All I have is the motor assembly so there is no cab number... It is from a steam locomotive, the standard 6 wheel design used in many different models... Some came with magnatraction and some did not, yet they look pretty much the same... I need to know what little difference there is between the two which shows that a motor has magnatration...


----------



## Big Ed (Jun 16, 2009)

Boston&Maine said:


> All I have is the motor assembly so there is no cab number... It is from a steam locomotive, the standard 6 wheel design used in many different models... Some came with magnatraction and some did not, yet they look pretty much the same... I need to know what little difference there is between the two which shows that a motor has magnatration...



THIS SOUNDS LIKE A QUESTION FOR THE................,

T-MAN

I don't know how to tell if an engine is magne-traction.


----------



## Reckers (Oct 11, 2009)

Crazy, three-railed O-gauge stuff.....


----------



## Boston&Maine (Dec 19, 2007)

Reckers said:


> Crazy, three-railed O-gauge stuff.....


Hehehe, yep


----------



## T-Man (May 16, 2008)

The axles are larger. They magnetize the wheels. I think my 2036 has it.


----------



## Stillakid (Jan 12, 2010)

If I set my 226 on a loose section of track, it tries to lift the track when I remove the engine.
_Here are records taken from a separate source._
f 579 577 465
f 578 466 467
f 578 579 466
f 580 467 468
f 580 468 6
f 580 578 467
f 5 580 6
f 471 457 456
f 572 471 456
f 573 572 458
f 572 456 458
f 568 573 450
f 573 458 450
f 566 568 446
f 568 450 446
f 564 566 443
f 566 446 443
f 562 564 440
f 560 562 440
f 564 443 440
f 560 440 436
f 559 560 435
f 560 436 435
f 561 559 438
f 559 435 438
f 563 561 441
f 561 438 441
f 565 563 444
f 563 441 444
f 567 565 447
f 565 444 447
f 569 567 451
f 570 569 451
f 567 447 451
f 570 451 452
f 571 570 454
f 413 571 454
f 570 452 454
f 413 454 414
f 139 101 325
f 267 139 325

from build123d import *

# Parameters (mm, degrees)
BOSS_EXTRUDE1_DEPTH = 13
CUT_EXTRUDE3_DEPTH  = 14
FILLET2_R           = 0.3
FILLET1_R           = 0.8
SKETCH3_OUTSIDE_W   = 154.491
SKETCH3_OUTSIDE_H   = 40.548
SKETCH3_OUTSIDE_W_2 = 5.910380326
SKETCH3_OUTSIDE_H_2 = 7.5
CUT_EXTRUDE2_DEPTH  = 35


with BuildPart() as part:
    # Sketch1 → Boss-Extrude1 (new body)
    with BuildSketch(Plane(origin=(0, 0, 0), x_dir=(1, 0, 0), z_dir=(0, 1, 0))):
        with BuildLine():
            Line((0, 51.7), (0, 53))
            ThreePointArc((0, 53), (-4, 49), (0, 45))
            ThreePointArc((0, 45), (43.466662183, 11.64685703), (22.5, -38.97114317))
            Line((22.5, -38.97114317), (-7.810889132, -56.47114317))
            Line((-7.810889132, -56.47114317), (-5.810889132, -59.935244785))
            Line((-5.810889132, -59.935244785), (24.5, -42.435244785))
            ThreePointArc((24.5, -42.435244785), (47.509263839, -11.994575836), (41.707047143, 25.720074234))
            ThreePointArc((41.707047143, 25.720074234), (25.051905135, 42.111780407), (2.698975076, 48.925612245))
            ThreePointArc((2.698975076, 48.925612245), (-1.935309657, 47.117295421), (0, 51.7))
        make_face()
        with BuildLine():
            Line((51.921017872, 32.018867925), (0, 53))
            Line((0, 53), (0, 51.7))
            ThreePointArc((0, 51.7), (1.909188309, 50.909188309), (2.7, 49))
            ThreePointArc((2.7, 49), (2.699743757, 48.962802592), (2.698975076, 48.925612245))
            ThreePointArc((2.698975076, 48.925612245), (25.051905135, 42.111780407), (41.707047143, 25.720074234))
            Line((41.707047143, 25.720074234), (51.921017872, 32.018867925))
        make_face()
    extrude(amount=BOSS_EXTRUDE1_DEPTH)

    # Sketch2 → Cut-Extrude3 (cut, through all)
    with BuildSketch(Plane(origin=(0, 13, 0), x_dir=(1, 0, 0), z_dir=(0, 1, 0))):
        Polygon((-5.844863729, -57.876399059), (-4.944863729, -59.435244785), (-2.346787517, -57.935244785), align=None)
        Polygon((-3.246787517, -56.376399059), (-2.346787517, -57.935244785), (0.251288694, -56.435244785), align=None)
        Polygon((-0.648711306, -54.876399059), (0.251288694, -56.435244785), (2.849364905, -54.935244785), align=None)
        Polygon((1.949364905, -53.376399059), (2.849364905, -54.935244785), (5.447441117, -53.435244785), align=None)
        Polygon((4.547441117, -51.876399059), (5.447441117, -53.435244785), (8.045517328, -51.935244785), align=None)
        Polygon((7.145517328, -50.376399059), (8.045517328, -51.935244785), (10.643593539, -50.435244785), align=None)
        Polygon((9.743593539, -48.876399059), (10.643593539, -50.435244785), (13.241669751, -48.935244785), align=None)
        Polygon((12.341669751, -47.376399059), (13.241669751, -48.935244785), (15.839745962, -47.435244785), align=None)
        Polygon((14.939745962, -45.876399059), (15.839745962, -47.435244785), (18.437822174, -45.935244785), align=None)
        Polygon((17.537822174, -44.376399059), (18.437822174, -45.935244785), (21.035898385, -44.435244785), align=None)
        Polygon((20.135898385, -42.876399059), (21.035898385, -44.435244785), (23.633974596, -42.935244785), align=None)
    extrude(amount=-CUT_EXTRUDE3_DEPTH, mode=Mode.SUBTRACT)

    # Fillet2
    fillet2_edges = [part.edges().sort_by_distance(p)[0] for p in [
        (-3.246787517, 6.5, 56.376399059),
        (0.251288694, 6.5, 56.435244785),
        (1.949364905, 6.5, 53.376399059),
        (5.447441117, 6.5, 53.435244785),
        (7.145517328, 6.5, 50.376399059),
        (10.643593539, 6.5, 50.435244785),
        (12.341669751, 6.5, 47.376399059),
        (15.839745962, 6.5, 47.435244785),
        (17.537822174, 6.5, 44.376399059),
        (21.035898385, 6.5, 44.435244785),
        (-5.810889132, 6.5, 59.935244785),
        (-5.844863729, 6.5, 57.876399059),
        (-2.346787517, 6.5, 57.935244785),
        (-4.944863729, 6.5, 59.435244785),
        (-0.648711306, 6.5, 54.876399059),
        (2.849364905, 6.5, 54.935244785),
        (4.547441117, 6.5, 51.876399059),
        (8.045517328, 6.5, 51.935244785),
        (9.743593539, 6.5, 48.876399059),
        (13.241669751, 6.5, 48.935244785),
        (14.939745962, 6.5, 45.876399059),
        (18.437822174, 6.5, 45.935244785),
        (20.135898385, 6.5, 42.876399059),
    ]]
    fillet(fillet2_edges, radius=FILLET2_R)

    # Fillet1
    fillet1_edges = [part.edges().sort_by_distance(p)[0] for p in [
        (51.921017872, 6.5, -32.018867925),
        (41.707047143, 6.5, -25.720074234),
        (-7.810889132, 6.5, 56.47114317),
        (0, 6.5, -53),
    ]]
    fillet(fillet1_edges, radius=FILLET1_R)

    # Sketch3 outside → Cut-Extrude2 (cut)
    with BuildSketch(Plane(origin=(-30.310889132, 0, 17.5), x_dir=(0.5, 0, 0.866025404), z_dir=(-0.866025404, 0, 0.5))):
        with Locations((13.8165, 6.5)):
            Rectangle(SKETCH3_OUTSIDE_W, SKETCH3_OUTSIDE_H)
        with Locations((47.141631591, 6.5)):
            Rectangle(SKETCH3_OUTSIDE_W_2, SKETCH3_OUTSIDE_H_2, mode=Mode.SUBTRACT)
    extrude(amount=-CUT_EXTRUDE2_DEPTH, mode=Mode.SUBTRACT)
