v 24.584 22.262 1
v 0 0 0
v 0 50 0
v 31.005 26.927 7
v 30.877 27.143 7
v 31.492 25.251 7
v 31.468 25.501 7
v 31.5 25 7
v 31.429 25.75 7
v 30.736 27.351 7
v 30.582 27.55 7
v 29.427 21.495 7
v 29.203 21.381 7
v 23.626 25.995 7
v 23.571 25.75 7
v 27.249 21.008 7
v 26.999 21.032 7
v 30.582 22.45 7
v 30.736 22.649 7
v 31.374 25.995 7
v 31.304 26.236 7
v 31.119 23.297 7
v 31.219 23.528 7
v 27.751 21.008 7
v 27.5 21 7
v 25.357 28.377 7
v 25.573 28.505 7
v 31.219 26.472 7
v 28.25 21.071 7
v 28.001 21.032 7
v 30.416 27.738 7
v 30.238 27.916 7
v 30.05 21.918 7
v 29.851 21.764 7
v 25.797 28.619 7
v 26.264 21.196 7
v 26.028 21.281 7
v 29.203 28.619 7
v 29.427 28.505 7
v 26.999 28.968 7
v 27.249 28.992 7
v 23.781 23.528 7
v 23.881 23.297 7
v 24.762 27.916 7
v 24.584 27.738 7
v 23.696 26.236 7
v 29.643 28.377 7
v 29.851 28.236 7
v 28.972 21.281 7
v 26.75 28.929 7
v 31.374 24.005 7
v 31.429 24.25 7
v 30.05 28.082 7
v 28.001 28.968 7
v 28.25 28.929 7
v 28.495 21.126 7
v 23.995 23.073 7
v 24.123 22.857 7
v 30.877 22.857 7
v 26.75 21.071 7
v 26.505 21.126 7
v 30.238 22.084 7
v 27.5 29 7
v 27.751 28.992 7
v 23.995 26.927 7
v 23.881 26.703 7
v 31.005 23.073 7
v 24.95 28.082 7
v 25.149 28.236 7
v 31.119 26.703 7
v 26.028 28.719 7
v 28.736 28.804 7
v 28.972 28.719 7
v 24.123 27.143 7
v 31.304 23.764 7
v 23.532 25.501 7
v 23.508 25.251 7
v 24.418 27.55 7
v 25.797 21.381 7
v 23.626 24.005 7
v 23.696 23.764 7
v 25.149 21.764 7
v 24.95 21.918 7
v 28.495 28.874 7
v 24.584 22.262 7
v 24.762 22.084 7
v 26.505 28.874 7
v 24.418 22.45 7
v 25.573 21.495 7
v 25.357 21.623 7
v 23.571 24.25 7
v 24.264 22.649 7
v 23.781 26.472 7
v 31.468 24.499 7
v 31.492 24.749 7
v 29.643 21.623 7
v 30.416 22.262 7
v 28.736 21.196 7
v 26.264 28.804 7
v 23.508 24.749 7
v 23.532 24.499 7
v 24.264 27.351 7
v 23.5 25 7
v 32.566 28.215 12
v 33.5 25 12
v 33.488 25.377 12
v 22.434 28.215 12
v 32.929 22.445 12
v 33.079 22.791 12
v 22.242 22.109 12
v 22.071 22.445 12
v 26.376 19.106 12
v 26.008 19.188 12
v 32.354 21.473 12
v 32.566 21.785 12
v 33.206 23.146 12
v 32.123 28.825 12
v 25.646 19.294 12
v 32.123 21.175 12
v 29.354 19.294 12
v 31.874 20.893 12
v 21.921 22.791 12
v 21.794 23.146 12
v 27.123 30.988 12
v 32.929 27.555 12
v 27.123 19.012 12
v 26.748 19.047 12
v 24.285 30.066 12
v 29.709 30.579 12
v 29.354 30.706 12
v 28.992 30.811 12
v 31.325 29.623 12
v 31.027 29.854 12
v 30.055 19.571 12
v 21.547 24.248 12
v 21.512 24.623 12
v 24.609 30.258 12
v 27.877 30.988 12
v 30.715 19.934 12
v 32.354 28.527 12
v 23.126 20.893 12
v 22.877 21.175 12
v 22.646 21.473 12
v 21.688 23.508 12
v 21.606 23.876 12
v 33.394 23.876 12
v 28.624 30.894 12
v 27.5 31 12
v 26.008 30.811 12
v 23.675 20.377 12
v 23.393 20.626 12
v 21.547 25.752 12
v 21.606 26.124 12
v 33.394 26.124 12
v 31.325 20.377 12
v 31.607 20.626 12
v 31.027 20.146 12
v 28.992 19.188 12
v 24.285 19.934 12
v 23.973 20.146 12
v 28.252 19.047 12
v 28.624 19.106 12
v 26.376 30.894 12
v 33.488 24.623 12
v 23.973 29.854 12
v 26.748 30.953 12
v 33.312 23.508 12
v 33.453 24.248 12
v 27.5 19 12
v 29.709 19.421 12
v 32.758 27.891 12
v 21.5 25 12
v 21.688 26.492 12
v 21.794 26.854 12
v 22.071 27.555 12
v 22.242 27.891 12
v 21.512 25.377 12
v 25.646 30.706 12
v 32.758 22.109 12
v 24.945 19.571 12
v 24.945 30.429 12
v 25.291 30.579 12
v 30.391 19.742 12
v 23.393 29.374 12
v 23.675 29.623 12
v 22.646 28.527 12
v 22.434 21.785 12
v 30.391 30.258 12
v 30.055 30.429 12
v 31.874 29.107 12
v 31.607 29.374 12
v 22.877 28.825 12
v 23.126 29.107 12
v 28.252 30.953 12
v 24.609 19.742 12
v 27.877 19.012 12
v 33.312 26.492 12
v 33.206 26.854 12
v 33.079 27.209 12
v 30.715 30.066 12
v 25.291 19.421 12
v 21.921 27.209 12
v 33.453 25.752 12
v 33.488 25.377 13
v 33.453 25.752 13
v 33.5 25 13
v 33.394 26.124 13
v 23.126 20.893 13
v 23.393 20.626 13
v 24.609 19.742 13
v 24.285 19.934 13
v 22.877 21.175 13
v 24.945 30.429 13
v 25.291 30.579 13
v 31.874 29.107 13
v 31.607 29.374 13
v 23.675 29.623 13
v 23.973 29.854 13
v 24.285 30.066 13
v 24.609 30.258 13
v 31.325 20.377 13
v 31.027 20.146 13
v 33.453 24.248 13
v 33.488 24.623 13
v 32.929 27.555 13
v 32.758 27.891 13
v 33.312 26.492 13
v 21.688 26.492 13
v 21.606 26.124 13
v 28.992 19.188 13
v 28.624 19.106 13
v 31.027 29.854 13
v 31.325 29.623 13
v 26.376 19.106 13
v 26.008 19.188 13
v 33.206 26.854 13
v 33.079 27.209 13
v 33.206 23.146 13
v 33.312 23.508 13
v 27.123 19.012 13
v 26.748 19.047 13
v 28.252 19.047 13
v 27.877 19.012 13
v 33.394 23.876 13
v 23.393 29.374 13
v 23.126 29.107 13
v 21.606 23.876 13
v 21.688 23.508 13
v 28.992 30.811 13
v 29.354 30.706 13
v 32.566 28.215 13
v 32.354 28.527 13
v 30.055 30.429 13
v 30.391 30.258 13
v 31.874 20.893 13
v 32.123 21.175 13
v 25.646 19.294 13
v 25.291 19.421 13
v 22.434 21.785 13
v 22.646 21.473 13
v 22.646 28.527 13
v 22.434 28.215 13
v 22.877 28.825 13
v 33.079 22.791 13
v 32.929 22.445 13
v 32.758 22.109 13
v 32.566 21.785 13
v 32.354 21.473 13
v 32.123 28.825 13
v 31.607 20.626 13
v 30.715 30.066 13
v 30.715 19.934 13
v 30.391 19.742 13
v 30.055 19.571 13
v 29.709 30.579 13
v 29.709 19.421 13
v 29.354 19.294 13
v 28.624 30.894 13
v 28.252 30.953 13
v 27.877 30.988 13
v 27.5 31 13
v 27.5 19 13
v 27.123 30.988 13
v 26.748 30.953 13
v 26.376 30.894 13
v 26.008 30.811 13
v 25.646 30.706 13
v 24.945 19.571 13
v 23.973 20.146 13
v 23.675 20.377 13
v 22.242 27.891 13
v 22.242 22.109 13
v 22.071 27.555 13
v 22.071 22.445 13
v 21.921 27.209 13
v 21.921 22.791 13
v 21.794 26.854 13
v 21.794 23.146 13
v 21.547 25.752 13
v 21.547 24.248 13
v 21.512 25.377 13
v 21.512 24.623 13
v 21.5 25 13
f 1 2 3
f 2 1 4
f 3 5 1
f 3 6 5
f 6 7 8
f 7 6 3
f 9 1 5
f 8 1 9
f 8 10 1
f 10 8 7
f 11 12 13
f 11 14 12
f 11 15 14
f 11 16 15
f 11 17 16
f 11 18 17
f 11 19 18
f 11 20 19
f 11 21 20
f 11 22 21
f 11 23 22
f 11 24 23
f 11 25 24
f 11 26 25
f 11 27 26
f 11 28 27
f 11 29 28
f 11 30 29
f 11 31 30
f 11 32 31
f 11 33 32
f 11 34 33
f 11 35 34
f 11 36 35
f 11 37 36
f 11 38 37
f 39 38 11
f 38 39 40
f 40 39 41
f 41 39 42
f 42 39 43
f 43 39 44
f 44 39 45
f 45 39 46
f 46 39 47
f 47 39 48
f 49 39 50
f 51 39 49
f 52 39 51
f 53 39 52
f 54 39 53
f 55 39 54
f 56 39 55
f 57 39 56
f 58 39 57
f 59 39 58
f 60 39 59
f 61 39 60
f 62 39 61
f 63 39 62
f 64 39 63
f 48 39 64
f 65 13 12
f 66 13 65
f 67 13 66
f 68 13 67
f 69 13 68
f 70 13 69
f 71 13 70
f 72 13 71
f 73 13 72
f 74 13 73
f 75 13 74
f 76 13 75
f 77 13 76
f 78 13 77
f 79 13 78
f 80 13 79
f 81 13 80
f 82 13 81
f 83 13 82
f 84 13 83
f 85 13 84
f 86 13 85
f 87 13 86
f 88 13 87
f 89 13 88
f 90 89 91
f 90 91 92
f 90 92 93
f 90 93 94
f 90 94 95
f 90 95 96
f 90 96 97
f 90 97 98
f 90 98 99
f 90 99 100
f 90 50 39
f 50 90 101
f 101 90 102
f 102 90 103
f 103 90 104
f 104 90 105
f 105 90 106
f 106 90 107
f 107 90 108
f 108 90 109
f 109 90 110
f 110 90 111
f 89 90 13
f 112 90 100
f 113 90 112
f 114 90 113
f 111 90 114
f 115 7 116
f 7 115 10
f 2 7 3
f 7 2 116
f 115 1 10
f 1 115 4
If i'm not mistaken, the magnetic power can diminsh over time.


----------



## Big Ed (Jun 16, 2009)

I read something about mounting magnets inside the body.

Though I never came across any.


----------



## Big Ed (Jun 16, 2009)

T-Man said:


> The axles are larger. They magnetize the wheels. I think my 2036 has it.


I have a few of those axles I talked someone to throw in a junk lot I got.

He asked what I thought they were for. I told him to send me a few and he sent me 6 of them.

I don't know which engine they were made for I think a diesel.


----------



## Reckers (Oct 11, 2009)

Sounds like Magnetraction is just a case of "My axle is bigger than your axle!"


----------



## T-Man (May 16, 2008)

The 600 MKT has it. The axles have a larger diameter, not all the axles are that way either. Usually you see all sorts of metallic fillings hanging from the frame. With diesels only one axle per truck is needed.


----------



## Boston&Maine (Dec 19, 2007)

Hmm... My 685 arrived today... It supposedly has magnetraction, and it has these silver u-shaped pieces of metal on both sides around all three axles... The other motor I have has the same pieces... Are these magnets? :dunno:


----------



## Boston&Maine (Dec 19, 2007)

LOL, I just took a closer look at the 685 motor and there are actually magnets in the u-shaped slots around the axles :retard:


----------



## Big Ed (Jun 16, 2009)

Boston&Maine said:


> LOL, I just took a closer look at the 685 motor and there are actually magnets in the u-shaped slots around the axles :retard:


I beat all else when I say.......................,
:ttiwwop::laugh:


----------



## Boston&Maine (Dec 19, 2007)

The one on the left has magnetraction, although I have not had time to test it yet...


----------



## T-Man (May 16, 2008)

This is how you do it. The compass points to the magnetic field. The fat axle


----------



## Reckers (Oct 11, 2009)

That's just plain weird.


----------



## tjcruiser (Jan 10, 2010)

I happened to be reading "The Lionel Legend" book by Schleicher. He says (p. 134) per 1950:

"Lionel had been using powdered metal to cast wheels and driver tires for years, and this powdered or 'sintered' metal could be molded much like plastic -- with slick surfaces that seldom required machining. Lionel experimented and discovered that it could use magnetized particles in the metal alloy, so the driver tires on steam locos and the wheels on diesel locos would be magnetic."

I guess the magnet near the axel, coupled with the special magnetic-attracting powder imbedded into the wheel alloy would help the wheel grab (magnetically) the ferous track.

Right?


----------



## T-Man (May 16, 2008)

*Yep*

Sure.


----------